DATA TO EXAMINE -

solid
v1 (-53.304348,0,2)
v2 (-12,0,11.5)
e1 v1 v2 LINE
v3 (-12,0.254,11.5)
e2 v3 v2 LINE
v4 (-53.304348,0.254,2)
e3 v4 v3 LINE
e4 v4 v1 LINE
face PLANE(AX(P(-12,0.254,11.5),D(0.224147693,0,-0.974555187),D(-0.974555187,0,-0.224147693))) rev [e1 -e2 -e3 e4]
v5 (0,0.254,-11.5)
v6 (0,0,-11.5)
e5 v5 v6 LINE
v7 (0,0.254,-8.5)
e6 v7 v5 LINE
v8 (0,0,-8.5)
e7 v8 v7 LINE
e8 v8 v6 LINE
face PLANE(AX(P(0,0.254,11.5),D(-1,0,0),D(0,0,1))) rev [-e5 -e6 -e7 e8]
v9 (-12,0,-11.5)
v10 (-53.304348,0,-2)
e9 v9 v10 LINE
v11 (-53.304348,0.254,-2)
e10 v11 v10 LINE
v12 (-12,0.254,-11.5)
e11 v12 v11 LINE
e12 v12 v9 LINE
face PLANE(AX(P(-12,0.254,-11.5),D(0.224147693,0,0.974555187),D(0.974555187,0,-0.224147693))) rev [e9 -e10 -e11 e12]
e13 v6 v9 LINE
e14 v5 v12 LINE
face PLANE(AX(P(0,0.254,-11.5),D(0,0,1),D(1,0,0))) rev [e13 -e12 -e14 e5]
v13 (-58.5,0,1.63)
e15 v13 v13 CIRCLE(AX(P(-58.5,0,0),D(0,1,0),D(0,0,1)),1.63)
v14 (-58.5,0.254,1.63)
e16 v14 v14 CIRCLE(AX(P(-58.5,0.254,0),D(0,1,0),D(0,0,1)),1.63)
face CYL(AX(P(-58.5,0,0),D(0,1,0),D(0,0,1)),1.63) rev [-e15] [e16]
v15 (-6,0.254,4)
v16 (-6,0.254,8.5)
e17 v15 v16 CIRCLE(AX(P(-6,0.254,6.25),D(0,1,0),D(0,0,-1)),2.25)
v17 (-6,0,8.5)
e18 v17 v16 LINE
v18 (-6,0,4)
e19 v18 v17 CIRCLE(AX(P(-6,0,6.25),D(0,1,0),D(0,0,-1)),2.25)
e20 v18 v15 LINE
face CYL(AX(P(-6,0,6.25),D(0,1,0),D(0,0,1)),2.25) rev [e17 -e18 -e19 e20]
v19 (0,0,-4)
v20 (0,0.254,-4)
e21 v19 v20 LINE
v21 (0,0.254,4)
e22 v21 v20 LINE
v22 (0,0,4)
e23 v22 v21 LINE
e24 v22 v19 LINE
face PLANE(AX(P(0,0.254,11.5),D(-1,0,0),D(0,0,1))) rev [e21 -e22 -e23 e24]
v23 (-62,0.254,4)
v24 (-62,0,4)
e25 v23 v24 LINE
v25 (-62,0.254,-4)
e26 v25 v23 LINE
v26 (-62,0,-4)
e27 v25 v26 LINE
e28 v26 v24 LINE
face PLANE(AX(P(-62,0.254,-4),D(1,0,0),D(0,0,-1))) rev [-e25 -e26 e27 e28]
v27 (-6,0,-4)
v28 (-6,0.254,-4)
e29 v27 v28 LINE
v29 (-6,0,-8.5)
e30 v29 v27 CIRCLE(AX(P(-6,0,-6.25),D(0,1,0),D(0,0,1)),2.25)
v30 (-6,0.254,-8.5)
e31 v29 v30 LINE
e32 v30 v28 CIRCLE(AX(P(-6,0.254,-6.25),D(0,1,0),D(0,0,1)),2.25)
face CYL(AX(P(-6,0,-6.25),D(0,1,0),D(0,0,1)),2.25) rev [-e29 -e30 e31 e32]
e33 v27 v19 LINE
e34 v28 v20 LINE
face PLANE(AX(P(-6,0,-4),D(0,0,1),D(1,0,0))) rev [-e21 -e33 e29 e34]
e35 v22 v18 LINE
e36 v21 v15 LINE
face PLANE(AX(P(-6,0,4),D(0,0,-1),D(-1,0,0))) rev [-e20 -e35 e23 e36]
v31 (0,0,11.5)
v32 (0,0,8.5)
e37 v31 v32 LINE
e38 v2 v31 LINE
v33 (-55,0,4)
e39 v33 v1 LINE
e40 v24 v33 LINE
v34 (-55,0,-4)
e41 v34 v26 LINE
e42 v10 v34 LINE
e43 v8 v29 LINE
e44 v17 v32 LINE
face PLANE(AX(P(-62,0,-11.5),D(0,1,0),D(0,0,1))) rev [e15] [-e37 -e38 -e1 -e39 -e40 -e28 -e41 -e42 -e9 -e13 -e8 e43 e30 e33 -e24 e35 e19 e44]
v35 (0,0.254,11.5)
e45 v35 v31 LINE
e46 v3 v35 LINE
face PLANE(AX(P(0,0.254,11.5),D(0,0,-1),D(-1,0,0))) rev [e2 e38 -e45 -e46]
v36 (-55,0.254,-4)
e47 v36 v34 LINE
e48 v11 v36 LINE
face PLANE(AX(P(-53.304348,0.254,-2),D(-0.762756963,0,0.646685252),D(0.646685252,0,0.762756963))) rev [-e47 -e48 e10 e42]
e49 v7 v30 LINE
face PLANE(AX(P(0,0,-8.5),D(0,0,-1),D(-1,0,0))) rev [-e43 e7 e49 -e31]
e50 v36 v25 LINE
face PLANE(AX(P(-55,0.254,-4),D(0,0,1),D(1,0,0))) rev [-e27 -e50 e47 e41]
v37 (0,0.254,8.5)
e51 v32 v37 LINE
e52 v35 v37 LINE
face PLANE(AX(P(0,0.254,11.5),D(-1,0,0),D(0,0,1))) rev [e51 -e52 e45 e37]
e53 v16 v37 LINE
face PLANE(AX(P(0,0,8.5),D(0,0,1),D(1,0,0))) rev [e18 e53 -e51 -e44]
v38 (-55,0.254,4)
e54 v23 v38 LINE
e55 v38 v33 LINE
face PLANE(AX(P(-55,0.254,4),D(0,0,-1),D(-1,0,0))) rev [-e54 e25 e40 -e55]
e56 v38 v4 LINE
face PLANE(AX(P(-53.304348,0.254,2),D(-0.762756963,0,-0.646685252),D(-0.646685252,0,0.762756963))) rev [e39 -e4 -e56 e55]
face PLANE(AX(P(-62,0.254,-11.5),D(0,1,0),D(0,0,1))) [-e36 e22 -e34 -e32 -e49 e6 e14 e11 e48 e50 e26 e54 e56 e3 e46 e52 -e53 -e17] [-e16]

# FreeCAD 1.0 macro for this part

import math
import FreeCAD as App
import Part
import Sketcher
Q = App.Units.Quantity


def add_polygon(sketch, points):
    """Adds a closed chain of lines whose ends are joined by coincident constraints."""
    first, n = sketch.GeometryCount, len(points)
    for a, b in zip(points, points[1:] + points[:1]):
        sketch.addGeometry(Part.LineSegment(App.Vector(*a, 0), App.Vector(*b, 0)), False)
    for i in range(n):
        sketch.addConstraint(Sketcher.Constraint("Coincident", first + i, 2, first + (i + 1) % n, 1))

doc = App.newDocument("Part")
body = doc.addObject("PartDesign::Body", "Body")

sketch1 = body.newObject("Sketcher::SketchObject", "Sketch")
sketch1.AttachmentSupport = (doc.getObject("XZ_Plane"), [""])
sketch1.MapMode = "FlatFace"
add_polygon(sketch1, [(0, 11.5), (0, -11.5), (-12, -11.5), (-53.3, -2), (-55, -4), (-62, -4), (-62, 4), (-55, 4), (-53.3, 2), (-12, 11.5)])
sketch1.addConstraint([
    Sketcher.Constraint("Vertical", 0),
    Sketcher.Constraint("Horizontal", 1),
    Sketcher.Constraint("Horizontal", 4),
    Sketcher.Constraint("Vertical", 5),
    Sketcher.Constraint("Horizontal", 6),
    Sketcher.Constraint("Horizontal", 9),
    Sketcher.Constraint("Symmetric", 0, 2, 9, 2, -1, 1),
    Sketcher.Constraint("Symmetric", 3, 2, 6, 2, -1),
    Sketcher.Constraint("Symmetric", 2, 2, 7, 2, -1),
    Sketcher.Constraint("Vertical", 1, 2, 8, 2),
    Sketcher.Constraint("DistanceX", 1, 2, 1, 1, Q("12 mm")),
    Sketcher.Constraint("DistanceX", 4, 2, 4, 1, Q("7 mm")),
    Sketcher.Constraint("DistanceY", 0, 2, 0, 1, Q("23 mm")),
    Sketcher.Constraint("DistanceY", 5, 1, 5, 2, Q("8 mm")),
    Sketcher.Constraint("DistanceY", 2, 2, -1, 1, Q("2 mm")),
    Sketcher.Constraint("DistanceX", 3, 2, -1, 1, Q("55 mm")),
    Sketcher.Constraint("Distance", 2, Q("42.382769 mm")),
])
pad1 = body.newObject("PartDesign::Pad", "Pad")
pad1.Profile = sketch1
pad1.Length = 0.254
pad1.Reversed = True

sketch2 = body.newObject("Sketcher::SketchObject", "Sketch001")
sketch2.AttachmentSupport = (doc.getObject("XZ_Plane"), [""])
sketch2.MapMode = "FlatFace"
sketch2.AttachmentOffset = App.Placement(App.Vector(0, 0, -0.254), App.Rotation())
sketch2.addGeometry([
    Part.LineSegment(App.Vector(-6, -4, 0), App.Vector(0, -4, 0)),
    Part.LineSegment(App.Vector(0, -4, 0), App.Vector(0, -8.5, 0)),
    Part.LineSegment(App.Vector(0, -8.5, 0), App.Vector(-6, -8.5, 0)),
    Part.ArcOfCircle(Part.Circle(App.Vector(-6, -6.2, 0), App.Vector(0, 0, 1), 2.2), math.radians(90), math.radians(270)),
    Part.LineSegment(App.Vector(-6, 8.5, 0), App.Vector(0, 8.5, 0)),
    Part.LineSegment(App.Vector(0, 8.5, 0), App.Vector(0, 4, 0)),
    Part.LineSegment(App.Vector(0, 4, 0), App.Vector(-6, 4, 0)),
    Part.ArcOfCircle(Part.Circle(App.Vector(-6, 6.2, 0), App.Vector(0, 0, 1), 2.2), math.radians(90), math.radians(270)),
], False)
sketch2.addConstraint([
    Sketcher.Constraint("Coincident", 0, 2, 1, 1),
    Sketcher.Constraint("Coincident", 1, 2, 2, 1),
    Sketcher.Constraint("Tangent", 2, 2, 3, 2),
    Sketcher.Constraint("Tangent", 3, 1, 0, 1),
    Sketcher.Constraint("Coincident", 4, 2, 5, 1),
    Sketcher.Constraint("Coincident", 5, 2, 6, 1),
    Sketcher.Constraint("Tangent", 6, 2, 7, 2),
    Sketcher.Constraint("Tangent", 7, 1, 4, 1),
    Sketcher.Constraint("Horizontal", 0),
    Sketcher.Constraint("Vertical", 1),
    Sketcher.Constraint("Horizontal", 2),
    Sketcher.Constraint("Horizontal", 4),
    Sketcher.Constraint("Vertical", 5),
    Sketcher.Constraint("Horizontal", 6),
    Sketcher.Constraint("Equal", 3, 7),
    Sketcher.Constraint("Symmetric", 1, 2, 4, 2, -1, 1),
    Sketcher.Constraint("PointOnObject", 0, 2, -2),
    Sketcher.Constraint("Vertical", 3, 3, 7, 3),
    Sketcher.Constraint("DistanceX", 0, 1, 0, 2, Q("6 mm")),
    Sketcher.Constraint("Radius", 3, Q("2.25 mm")),
    Sketcher.Constraint("DistanceY", 0, 2, -1, 1, Q("4 mm")),
])
pocket1 = body.newObject("PartDesign::Pocket", "Pocket")
pocket1.Profile = sketch2
pocket1.Type = "ThroughAll"
pocket1.Reversed = True

sketch3 = body.newObject("Sketcher::SketchObject", "Sketch002")
sketch3.AttachmentSupport = (doc.getObject("XZ_Plane"), [""])
sketch3.MapMode = "FlatFace"
sketch3.AttachmentOffset = App.Placement(App.Vector(0, 0, -0.254), App.Rotation())
sketch3.addGeometry(Part.Circle(App.Vector(-58.5, 0, 0), App.Vector(0, 0, 1), 1.6), False)
sketch3.addConstraint([
    Sketcher.Constraint("PointOnObject", 0, 3, -1),
    Sketcher.Constraint("Diameter", 0, Q("3.26 mm")),
    Sketcher.Constraint("DistanceX", 0, 3, -1, 1, Q("58.5 mm")),
])
pocket2 = body.newObject("PartDesign::Pocket", "Pocket001")
pocket2.Profile = sketch3
pocket2.Type = "ThroughAll"
pocket2.Reversed = True

doc.recompute()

DIRECTIONS FOR THIS TASK - Exact copies of the lines from the start of the data up to the line holding "v5 (0,0.254,-11.5)", both included, are all that is needed.

RESPONSE FOR THIS EXERCISE -
solid
v1 (-53.304348,0,2)
v2 (-12,0,11.5)
e1 v1 v2 LINE
v3 (-12,0.254,11.5)
e2 v3 v2 LINE
v4 (-53.304348,0.254,2)
e3 v4 v3 LINE
e4 v4 v1 LINE
face PLANE(AX(P(-12,0.254,11.5),D(0.224147693,0,-0.974555187),D(-0.974555187,0,-0.224147693))) rev [e1 -e2 -e3 e4]
v5 (0,0.254,-11.5)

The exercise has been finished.